Galactic Alchemy: Deep Learning Map-to-Map Translation in Hydrodynamical Simulations

Abstract We present the first systematic study of multi-domain map-to-map translation in galaxy formation simulations, leveraging deep generative models to predict diverse galactic properties. Using high-resolution magneto-hydrodynamical simulation data (from the IllustrisTNG suite), we compare conditional generative adversarial networks (GANs) and diffusion models under unified preprocessing and evaluation, optimizing their U-Net architectures and attention mechanisms for physical fidelity on galactic scales. Our approach jointly addresses seven astrophysical domains – including dark matter, gas, neutral hydrogen, stellar mass, temperature, and magnetic field strength – while introducing physics-aware evaluation metrics that quantify structural realism beyond standard computer vision measures.
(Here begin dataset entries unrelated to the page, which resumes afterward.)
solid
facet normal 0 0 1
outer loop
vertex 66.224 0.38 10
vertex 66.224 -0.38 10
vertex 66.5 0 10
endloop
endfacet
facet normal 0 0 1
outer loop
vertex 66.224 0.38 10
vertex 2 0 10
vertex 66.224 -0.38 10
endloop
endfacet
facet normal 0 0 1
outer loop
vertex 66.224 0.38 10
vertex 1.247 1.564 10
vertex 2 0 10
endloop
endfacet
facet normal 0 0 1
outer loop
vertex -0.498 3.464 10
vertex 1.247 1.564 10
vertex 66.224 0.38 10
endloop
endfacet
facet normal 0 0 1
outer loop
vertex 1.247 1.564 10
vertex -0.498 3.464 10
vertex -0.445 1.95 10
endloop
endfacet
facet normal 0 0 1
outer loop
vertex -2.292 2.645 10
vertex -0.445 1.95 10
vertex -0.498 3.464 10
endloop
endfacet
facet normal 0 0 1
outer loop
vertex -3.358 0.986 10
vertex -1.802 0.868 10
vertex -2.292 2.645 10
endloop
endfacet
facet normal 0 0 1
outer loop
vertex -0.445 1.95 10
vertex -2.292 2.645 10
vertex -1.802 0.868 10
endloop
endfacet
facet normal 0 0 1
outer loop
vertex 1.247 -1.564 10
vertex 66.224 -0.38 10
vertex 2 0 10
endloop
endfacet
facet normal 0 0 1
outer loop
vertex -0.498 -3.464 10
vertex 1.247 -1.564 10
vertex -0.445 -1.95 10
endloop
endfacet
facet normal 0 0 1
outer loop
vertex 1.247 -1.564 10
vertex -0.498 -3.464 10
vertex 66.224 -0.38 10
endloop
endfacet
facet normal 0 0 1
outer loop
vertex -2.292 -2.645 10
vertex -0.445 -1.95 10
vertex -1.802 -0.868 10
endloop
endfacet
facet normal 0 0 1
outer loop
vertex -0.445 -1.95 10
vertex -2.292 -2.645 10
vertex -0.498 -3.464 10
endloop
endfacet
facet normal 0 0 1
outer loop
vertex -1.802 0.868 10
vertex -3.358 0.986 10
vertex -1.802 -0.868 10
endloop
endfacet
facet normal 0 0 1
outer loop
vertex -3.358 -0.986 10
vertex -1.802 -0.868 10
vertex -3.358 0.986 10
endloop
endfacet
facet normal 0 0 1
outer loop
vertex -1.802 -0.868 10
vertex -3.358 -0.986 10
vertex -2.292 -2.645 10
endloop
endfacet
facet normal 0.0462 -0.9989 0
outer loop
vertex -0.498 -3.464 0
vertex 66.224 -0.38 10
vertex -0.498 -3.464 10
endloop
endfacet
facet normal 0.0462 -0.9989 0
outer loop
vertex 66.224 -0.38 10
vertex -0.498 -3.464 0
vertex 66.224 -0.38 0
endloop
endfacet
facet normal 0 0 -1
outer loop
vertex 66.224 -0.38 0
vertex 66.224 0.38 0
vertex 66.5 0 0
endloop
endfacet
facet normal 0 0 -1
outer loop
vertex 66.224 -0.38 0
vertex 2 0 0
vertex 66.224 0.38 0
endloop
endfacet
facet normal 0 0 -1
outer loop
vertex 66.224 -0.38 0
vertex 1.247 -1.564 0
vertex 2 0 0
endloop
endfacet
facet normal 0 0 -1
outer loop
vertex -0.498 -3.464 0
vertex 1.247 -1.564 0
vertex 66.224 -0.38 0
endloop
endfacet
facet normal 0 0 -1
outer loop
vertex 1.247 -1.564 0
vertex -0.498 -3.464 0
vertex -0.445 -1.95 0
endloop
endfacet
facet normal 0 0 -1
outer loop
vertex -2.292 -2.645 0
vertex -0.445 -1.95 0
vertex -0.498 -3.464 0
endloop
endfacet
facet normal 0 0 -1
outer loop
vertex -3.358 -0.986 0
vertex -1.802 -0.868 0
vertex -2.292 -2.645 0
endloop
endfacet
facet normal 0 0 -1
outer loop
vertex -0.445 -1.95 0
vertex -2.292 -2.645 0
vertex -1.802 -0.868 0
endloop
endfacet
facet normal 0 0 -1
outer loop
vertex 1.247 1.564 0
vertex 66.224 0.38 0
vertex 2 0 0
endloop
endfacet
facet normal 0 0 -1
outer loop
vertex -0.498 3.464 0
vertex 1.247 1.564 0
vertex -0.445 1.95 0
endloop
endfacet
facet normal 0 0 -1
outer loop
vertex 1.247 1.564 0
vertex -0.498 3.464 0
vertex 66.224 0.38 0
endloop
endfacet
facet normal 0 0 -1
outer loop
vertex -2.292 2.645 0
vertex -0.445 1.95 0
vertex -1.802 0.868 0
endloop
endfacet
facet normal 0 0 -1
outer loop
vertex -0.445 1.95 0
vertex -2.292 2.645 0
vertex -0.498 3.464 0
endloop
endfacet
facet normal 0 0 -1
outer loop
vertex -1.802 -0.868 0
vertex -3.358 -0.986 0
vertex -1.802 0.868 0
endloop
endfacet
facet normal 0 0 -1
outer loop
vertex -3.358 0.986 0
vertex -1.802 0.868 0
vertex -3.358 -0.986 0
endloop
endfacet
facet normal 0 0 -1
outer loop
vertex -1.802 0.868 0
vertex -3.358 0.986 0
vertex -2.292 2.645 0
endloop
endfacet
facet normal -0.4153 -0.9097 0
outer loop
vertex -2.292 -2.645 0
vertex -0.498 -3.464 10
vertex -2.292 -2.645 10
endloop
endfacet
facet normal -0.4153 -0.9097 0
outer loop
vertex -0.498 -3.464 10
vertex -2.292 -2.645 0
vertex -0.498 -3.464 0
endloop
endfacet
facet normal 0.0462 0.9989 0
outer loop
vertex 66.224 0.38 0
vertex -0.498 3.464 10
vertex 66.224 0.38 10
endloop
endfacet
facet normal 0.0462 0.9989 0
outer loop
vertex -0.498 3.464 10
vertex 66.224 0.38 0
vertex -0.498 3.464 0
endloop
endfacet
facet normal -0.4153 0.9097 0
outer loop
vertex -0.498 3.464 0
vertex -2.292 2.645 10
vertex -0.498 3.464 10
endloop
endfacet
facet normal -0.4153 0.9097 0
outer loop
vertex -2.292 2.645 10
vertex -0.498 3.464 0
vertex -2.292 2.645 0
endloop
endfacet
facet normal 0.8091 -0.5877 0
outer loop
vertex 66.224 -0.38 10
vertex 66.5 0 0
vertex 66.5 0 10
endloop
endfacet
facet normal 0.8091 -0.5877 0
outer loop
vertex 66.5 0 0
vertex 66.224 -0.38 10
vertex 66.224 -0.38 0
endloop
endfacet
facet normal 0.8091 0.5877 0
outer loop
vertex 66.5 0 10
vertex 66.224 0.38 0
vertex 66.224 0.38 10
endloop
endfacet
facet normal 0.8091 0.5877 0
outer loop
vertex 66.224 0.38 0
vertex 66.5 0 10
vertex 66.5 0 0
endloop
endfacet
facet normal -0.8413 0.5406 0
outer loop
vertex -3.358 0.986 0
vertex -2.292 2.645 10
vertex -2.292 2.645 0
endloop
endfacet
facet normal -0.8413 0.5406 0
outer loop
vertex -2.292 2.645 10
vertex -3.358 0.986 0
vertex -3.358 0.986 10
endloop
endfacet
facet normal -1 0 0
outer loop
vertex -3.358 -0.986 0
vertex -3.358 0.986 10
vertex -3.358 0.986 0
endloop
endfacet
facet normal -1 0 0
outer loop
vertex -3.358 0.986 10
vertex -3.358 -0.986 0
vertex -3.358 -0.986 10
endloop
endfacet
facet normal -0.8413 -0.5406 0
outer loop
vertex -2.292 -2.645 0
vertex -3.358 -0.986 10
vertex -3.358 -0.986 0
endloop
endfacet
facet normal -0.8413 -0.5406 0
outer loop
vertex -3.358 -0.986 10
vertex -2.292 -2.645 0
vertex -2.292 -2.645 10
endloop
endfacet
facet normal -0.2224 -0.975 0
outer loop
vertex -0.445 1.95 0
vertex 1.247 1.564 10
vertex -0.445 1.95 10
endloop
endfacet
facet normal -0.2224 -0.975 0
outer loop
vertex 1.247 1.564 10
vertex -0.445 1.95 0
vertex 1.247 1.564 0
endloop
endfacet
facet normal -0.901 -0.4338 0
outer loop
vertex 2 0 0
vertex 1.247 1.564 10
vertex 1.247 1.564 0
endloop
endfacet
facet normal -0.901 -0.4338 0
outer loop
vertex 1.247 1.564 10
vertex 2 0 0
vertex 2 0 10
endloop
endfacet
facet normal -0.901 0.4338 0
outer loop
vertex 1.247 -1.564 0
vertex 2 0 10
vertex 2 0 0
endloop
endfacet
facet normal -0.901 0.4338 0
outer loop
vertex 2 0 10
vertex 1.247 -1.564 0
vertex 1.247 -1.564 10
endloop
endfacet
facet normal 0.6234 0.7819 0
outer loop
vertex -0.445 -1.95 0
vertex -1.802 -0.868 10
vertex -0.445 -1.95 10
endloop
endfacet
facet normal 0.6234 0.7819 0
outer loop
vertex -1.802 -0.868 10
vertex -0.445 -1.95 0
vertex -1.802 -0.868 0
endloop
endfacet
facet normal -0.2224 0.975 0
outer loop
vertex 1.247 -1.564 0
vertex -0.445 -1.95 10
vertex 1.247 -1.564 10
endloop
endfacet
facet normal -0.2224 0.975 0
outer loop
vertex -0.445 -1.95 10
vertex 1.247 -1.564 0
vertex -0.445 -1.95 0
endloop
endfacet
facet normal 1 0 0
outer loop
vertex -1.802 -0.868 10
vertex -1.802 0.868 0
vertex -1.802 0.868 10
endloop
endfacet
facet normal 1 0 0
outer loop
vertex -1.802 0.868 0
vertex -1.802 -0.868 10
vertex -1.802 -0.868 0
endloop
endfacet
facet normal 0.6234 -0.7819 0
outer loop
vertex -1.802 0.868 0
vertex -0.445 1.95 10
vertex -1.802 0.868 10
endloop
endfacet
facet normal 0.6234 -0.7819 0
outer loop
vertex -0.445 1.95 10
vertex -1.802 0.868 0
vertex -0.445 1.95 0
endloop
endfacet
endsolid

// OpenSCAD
/// alle maten in milimeters 
/// Wouter 16-3-2016

hoogste = 7; //hoogste kant van de wig
lengte = 70; //lengte van de wig 
breedte = 10; //breedte van de wig
laagste = 0.8; //laagste kant van de wig
gaatje = 4;

difference (){
hull(){
cylinder(d=hoogste, h=breedte);
translate([lengte-(hoogste/2)-(laagste/2),0,0]) cylinder(d=laagste, h=breedte); 
}

translate ([0,0,-1]) cylinder (d=gaatje, h=breedte+2);
}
We demonstrate that translation difficulty correlates with physical coupling, achieving near-perfect fidelity for mappings from gas to dark matter and mappings involving astro-chemical components such as total gas to H i content, while identifying fundamental challenges in weakly constrained tasks such as gas to stellar mass mappings. Our results establish GAN-based models as competitive counterparts to state-of-the-art diffusion approaches at a fraction of the computational cost (in training and inference), paving the way for scalable, physics-aware generative frameworks for forward modelling and observational reconstruction in the SKA era.